ParticularMiner / sparse_dot_topn_for_blocks

It has the same interface as `sparse_dot_topn` but additionally allows an array to be passed which will be updated with the maximum number of nonzero elements of each row of the result matrix with values above the given lower bound. This is suitable for block-matrix multiplication. That's all!
Apache License 2.0
0 stars 9 forks source link

Python Version #1

Open marzooq-unbxd opened 2 years ago

marzooq-unbxd commented 2 years ago

I was using this package with string-grouper I encountered an error with Python 3.6.5 Although string-grouper requires>=3.7 (first release), I was able to manage with some work-around. The latest version of string-grouper doesnt seem to work no matter what with Python 3.6.5.I tried avoiding using topn(using only n_blocks[1]=1).Hence ,I have to deal with this package. I did not see a Python version requirement for sparse_dot_topn_for_blocks Thanks

ParticularMiner commented 2 years ago

Hi @marzooq-unbxd ,

what error did you encounter?

marzooq-unbxd commented 2 years ago

https://justpaste.it/77mvs

Have linked the error ,linked to PEP517 also The reason I was using this was due to the same OverflowError caused by sparse-dot-topn. I was thinking ,whether it is possible to use just sparse-dot-topn and try recursively concatenating the results for multiple blocks.(using pandas?)Apart from the time difference, would there be any difference?

ParticularMiner commented 2 years ago

@marzooq-unbxd

Looks like the .pxd files in sparse-dot-topn-for-blocks cannot be found by setuptools for some reason. Do you know why? The file MANIFEST.IN has the information necessary to find these files. Does python 3.6 not support this file?

sparse-dot-topn cannot handle multiple blocks hence the creation of sparse-dot-topn-for-blocks. These packages may be similar but they address different issues.

marzooq-unbxd commented 2 years ago

Sorry, I am not too familiar with Cython/C code.I have no idea.Also , is the setuptools requirement of 18 enough ?Why was it bumped to 42? I was thinking splitting left_series to 'n' left_series objects and iterating over them and passing each of them to match strings with a constant right series.The final result would concatenate the multiple matches dataframes.This gives the same result as sparse-dot-topn-for-blocks ,correct?

ParticularMiner commented 2 years ago

@marzooq-unbxd

Sure. You could do that. Though you might not get any acceleration from it. Acceleration has been observed only when the right Series is split.
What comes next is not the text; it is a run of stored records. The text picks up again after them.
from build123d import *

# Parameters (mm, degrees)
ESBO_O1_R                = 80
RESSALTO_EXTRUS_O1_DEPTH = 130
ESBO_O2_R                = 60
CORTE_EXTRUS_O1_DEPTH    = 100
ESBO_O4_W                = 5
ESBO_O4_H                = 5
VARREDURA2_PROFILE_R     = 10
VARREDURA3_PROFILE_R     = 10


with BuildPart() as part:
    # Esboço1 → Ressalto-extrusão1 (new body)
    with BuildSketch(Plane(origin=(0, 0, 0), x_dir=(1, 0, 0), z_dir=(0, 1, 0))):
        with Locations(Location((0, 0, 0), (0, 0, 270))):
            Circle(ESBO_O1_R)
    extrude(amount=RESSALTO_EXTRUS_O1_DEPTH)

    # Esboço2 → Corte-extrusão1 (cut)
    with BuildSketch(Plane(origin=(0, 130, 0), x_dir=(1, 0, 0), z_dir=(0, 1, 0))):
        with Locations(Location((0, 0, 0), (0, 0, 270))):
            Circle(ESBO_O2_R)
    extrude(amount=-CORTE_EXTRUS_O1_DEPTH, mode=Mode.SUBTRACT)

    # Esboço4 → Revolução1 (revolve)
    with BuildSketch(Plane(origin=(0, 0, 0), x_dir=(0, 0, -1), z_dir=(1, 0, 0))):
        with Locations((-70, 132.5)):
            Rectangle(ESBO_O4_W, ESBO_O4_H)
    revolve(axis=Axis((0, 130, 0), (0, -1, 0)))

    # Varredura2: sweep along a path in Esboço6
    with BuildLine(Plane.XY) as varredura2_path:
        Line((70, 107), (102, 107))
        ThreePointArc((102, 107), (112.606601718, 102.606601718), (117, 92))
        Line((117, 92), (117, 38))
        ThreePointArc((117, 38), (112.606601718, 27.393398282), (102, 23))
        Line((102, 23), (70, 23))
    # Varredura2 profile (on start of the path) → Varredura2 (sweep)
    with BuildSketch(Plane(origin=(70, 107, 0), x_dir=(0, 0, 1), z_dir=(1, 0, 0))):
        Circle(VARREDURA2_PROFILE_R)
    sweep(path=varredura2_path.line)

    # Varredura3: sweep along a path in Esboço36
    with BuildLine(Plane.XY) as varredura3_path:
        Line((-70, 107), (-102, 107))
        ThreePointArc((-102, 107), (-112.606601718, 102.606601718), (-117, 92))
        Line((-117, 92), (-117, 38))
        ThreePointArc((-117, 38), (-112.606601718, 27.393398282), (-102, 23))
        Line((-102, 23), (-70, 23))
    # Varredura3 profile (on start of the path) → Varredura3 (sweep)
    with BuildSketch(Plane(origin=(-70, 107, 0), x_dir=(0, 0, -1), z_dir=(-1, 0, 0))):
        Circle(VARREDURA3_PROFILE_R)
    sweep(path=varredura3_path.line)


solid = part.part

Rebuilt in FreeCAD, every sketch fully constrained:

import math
import FreeCAD as App
import Part
import Sketcher
from FreeCAD import Vector
Q = App.Units.Quantity


def add_polygon(sketch, points):
    """Adds a closed chain of lines whose ends are joined by coincident constraints."""
    first, n = sketch.GeometryCount, len(points)
    for a, b in zip(points, points[1:] + points[:1]):
        sketch.addGeometry(Part.LineSegment(App.Vector(*a, 0), App.Vector(*b, 0)), False)
    for i in range(n):
        sketch.addConstraint(Sketcher.Constraint("Coincident", first + i, 2, first + (i + 1) % n, 1))

doc = App.newDocument("Part")
params = doc.addObject("Spreadsheet::Sheet", "Params")
for row, (alias, value) in enumerate([
    ("sketch1_diameter", "160 mm"),
    ("pad1_length", "130 mm"),
    ("sketch2_diameter", "120 mm"),
    ("pocket1_length", "100 mm"),
    ("sketch3_width", "5 mm"),
    ("revolution_angle", "360 deg"),
    ("sketch4_diameter", "20 mm"),
    ("sketch5_radius", "15 mm"),
    ("sketch5_width", "32 mm"),
    ("sketch5_height", "54 mm"),
    ("sketch6_diameter", "20 mm"),
    ("sketch7_radius", "15 mm"),
    ("sketch7_width", "32 mm"),
    ("sketch7_height", "54 mm"),
], start=1):
    params.set(f"A{row}", alias)
    params.set(f"B{row}", "=" + value)
    params.setAlias(f"B{row}", alias)

body = doc.addObject("PartDesign::Body", "Body")

# Sketch on XZ plane
sketch1 = body.newObject("Sketcher::SketchObject", "Sketch")
sketch1.AttachmentSupport = (doc.getObject("XZ_Plane"), [""])
sketch1.MapMode = "FlatFace"
sketch1.addGeometry(Part.Circle(Vector(0, 0, 0), Vector(0, 0, 1), 80), False)
sketch1.addConstraint(Sketcher.Constraint("Coincident", 0, 3, -1, 1))
sketch1.addConstraint(Sketcher.Constraint("Diameter", 0, Q("160 mm")))
sketch1.setExpression("Constraints[1]", "Params.sketch1_diameter")
pad1 = body.newObject("PartDesign::Pad", "Pad")
pad1.Profile = sketch1
pad1.setExpression("Length", "Params.pad1_length")
pad1.Reversed = True

# Sketch on XZ plane
sketch2 = body.newObject("Sketcher::SketchObject", "Sketch001")
sketch2.AttachmentSupport = (doc.getObject("XZ_Plane"), [""])
sketch2.MapMode = "FlatFace"
sketch2.AttachmentOffset = App.Placement(Vector(0, 0, -130), App.Rotation())
sketch2.addGeometry(Part.Circle(Vector(0, 0, 0), Vector(0, 0, 1), 60), False)
sketch2.addConstraint(Sketcher.Constraint("Coincident", 0, 3, -1, 1))
sketch2.addConstraint(Sketcher.Constraint("Diameter", 0, Q("120 mm")))
sketch2.setExpression("Constraints[1]", "Params.sketch2_diameter")
pocket1 = body.newObject("PartDesign::Pocket", "Pocket")
pocket1.Profile = sketch2
pocket1.setExpression("Length", "Params.pocket1_length")
pocket1.Reversed = True

# Sketch on YZ plane
sketch3 = body.newObject("Sketcher::SketchObject", "Sketch002")
sketch3.AttachmentSupport = (doc.getObject("YZ_Plane"), [""])
sketch3.MapMode = "FlatFace"
add_polygon(sketch3, [(135, 72.5), (130, 72.5), (130, 67.5), (135, 67.5)])  # lines 0-3
sketch3.addConstraint(Sketcher.Constraint("Horizontal", 0))
sketch3.addConstraint(Sketcher.Constraint("Vertical", 1))
sketch3.addConstraint(Sketcher.Constraint("Horizontal", 2))
sketch3.addConstraint(Sketcher.Constraint("Vertical", 3))
sketch3.addConstraint(Sketcher.Constraint("Equal", 2, 1))
sketch3.addConstraint(Sketcher.Constraint("DistanceX", 0, 2, 0, 1, Q("5 mm")))
sketch3.addConstraint(Sketcher.Constraint("DistanceX", -1, 1, 0, 2, Q("130 mm")))
sketch3.addConstraint(Sketcher.Constraint("DistanceY", -1, 1, 0, 2, Q("72.5 mm")))
sketch3.setExpression("Constraints[9]", "Params.sketch3_width")
revolution = body.newObject("PartDesign::Revolution", "Revolution")
revolution.Profile = sketch3
revolution.ReferenceAxis = (sketch3, ["H_Axis"])
revolution.setExpression("Angle", "Params.revolution_angle")

# Sketch on YZ plane
sketch4 = body.newObject("Sketcher::SketchObject", "Sketch003")
sketch4.AttachmentSupport = (doc.getObject("YZ_Plane"), [""])
sketch4.MapMode = "FlatFace"
sketch4.AttachmentOffset = App.Placement(Vector(0, 0, 70), App.Rotation())
sketch4.addGeometry(Part.Circle(Vector(107, 0, 0), Vector(0, 0, 1), 10), False)
sketch4.addConstraint(Sketcher.Constraint("PointOnObject", 0, 3, -1))
sketch4.addConstraint(Sketcher.Constraint("Diameter", 0, Q("20 mm")))
sketch4.addConstraint(Sketcher.Constraint("DistanceX", -1, 1, 0, 3, Q("107 mm")))
sketch4.setExpression("Constraints[1]", "Params.sketch4_diameter")

# Sketch on XY plane
sketch5 = body.newObject("Sketcher::SketchObject", "Sketch004")
sketch5.AttachmentSupport = (doc.getObject("XY_Plane"), [""])
sketch5.MapMode = "FlatFace"
sketch5.addGeometry(Part.LineSegment(Vector(70, 107, 0), Vector(102, 107, 0)), False)
sketch5.addGeometry(Part.ArcOfCircle(Part.Circle(Vector(102, 92, 0), Vector(0, 0, 1), 15), math.radians(0), math.radians(90)), False)
sketch5.addGeometry(Part.LineSegment(Vector(117, 92, 0), Vector(117, 38, 0)), False)
sketch5.addGeometry(Part.ArcOfCircle(Part.Circle(Vector(102, 38, 0), Vector(0, 0, 1), 15), math.radians(-90), math.radians(0)), False)
sketch5.addGeometry(Part.LineSegment(Vector(102, 23, 0), Vector(70, 23, 0)), False)
sketch5.addConstraint(Sketcher.Constraint("Tangent", 0, 2, 1, 2))
sketch5.addConstraint(Sketcher.Constraint("Tangent", 1, 1, 2, 1))
sketch5.addConstraint(Sketcher.Constraint("Tangent", 2, 2, 3, 2))
sketch5.addConstraint(Sketcher.Constraint("Tangent", 3, 1, 4, 1))
sketch5.addConstraint(Sketcher.Constraint("Horizontal", 0))
sketch5.addConstraint(Sketcher.Constraint("Vertical", 2))
sketch5.addConstraint(Sketcher.Constraint("Horizontal", 4))
sketch5.addConstraint(Sketcher.Constraint("Equal", 1, 3))
sketch5.addConstraint(Sketcher.Constraint("Vertical", 0, 1, 4, 2))
sketch5.addConstraint(Sketcher.Constraint("Radius", 1, Q("15 mm")))
sketch5.addConstraint(Sketcher.Constraint("DistanceX", 0, 1, 0, 2, Q("32 mm")))
sketch5.addConstraint(Sketcher.Constraint("DistanceY", 2, 2, 2, 1, Q("54 mm")))
sketch5.addConstraint(Sketcher.Constraint("DistanceX", -1, 1, 1, 3, Q("102 mm")))
sketch5.addConstraint(Sketcher.Constraint("DistanceY", -1, 1, 1, 3, Q("92 mm")))
sketch5.setExpression("Constraints[9]", "Params.sketch5_radius")
sketch5.setExpression("Constraints[10]", "Params.sketch5_width")
sketch5.setExpression("Constraints[11]", "Params.sketch5_height")
doc.recompute()

additivepipe = body.newObject("PartDesign::AdditivePipe", "AdditivePipe")
additivepipe.Profile = sketch4
additivepipe.Spine = (sketch5, ["Edge1", "Edge2", "Edge3", "Edge4", "Edge5"])

# Sketch on YZ plane
sketch6 = body.newObject("Sketcher::SketchObject", "Sketch005")
sketch6.AttachmentSupport = (doc.getObject("YZ_Plane"), [""])
sketch6.MapMode = "FlatFace"
sketch6.AttachmentOffset = App.Placement(Vector(0, 0, -70), App.Rotation())
sketch6.addGeometry(Part.Circle(Vector(107, 0, 0), Vector(0, 0, 1), 10), False)
sketch6.addConstraint(Sketcher.Constraint("PointOnObject", 0, 3, -1))
sketch6.addConstraint(Sketcher.Constraint("Diameter", 0, Q("20 mm")))
sketch6.addConstraint(Sketcher.Constraint("DistanceX", -1, 1, 0, 3, Q("107 mm")))
sketch6.setExpression("Constraints[1]", "Params.sketch6_diameter")

# Sketch on XY plane
sketch7 = body.newObject("Sketcher::SketchObject", "Sketch006")
sketch7.AttachmentSupport = (doc.getObject("XY_Plane"), [""])
sketch7.MapMode = "FlatFace"
sketch7.addGeometry(Part.LineSegment(Vector(-70, 107, 0), Vector(-102, 107, 0)), False)
sketch7.addGeometry(Part.ArcOfCircle(Part.Circle(Vector(-102, 92, 0), Vector(0, 0, 1), 15), math.radians(90), math.radians(180)), False)
sketch7.addGeometry(Part.LineSegment(Vector(-117, 92, 0), Vector(-117, 38, 0)), False)
sketch7.addGeometry(Part.ArcOfCircle(Part.Circle(Vector(-102, 38, 0), Vector(0, 0, 1), 15), math.radians(180), math.radians(270)), False)
sketch7.addGeometry(Part.LineSegment(Vector(-102, 23, 0), Vector(-70, 23, 0)), False)
sketch7.addConstraint(Sketcher.Constraint("Tangent", 0, 2, 1, 1))
sketch7.addConstraint(Sketcher.Constraint("Tangent", 1, 2, 2, 1))
sketch7.addConstraint(Sketcher.Constraint("Tangent", 2, 2, 3, 1))
sketch7.addConstraint(Sketcher.Constraint("Tangent", 3, 2, 4, 1))
sketch7.addConstraint(Sketcher.Constraint("Horizontal", 0))
sketch7.addConstraint(Sketcher.Constraint("Vertical", 2))
sketch7.addConstraint(Sketcher.Constraint("Horizontal", 4))
sketch7.addConstraint(Sketcher.Constraint("Equal", 1, 3))
sketch7.addConstraint(Sketcher.Constraint("Vertical", 0, 1, 4, 2))
sketch7.addConstraint(Sketcher.Constraint("Radius", 1, Q("15 mm")))
sketch7.addConstraint(Sketcher.Constraint("DistanceX", 0, 2, 0, 1, Q("32 mm")))
sketch7.addConstraint(Sketcher.Constraint("DistanceY", 2, 2, 2, 1, Q("54 mm")))
sketch7.addConstraint(Sketcher.Constraint("DistanceX", 1, 3, -1, 1, Q("102 mm")))
sketch7.addConstraint(Sketcher.Constraint("DistanceY", -1, 1, 1, 3, Q("92 mm")))
sketch7.setExpression("Constraints[9]", "Params.sketch7_radius")
sketch7.setExpression("Constraints[10]", "Params.sketch7_width")
sketch7.setExpression("Constraints[11]", "Params.sketch7_height")
doc.recompute()

additivepipe2 = body.newObject("PartDesign::AdditivePipe", "AdditivePipe001")
additivepipe2.Profile = sketch6
additivepipe2.Spine = (sketch7, ["Edge1", "Edge2", "Edge3", "Edge4", "Edge5"])

doc.recompute()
ParticularMiner commented 2 years ago

@marzooq-unbxd

Also , is the setuptools requirement of 18 enough ?Why was it bumped to 42?

This change was effected by the developers of sparse-dot-topn, so I’m not entirely sure. They probably needed to do so so that the .pxd files could be found.

ParticularMiner commented 2 years ago

@marzooq-unbxd

Have you tried installing directly from GitHub?

pip install git+https://github.com/ParticularMiner/sparse_dot_topn_for_blocks.git@master
marzooq-unbxd commented 2 years ago

just to know, what difference would it make?

ParticularMiner commented 2 years ago

@marzooq-unbxd

not sure. Perhaps it might succeed where the usual command fails.

ParticularMiner commented 2 years ago

@marzooq-unbxd

Researching a bit further, it seems this is an issue older versions of cython have with .pxd files. See https://github.com/cython/cython/issues/2452

I would suggest upgrading to the latest version of cython that python 3.6 can support if you have not done so already.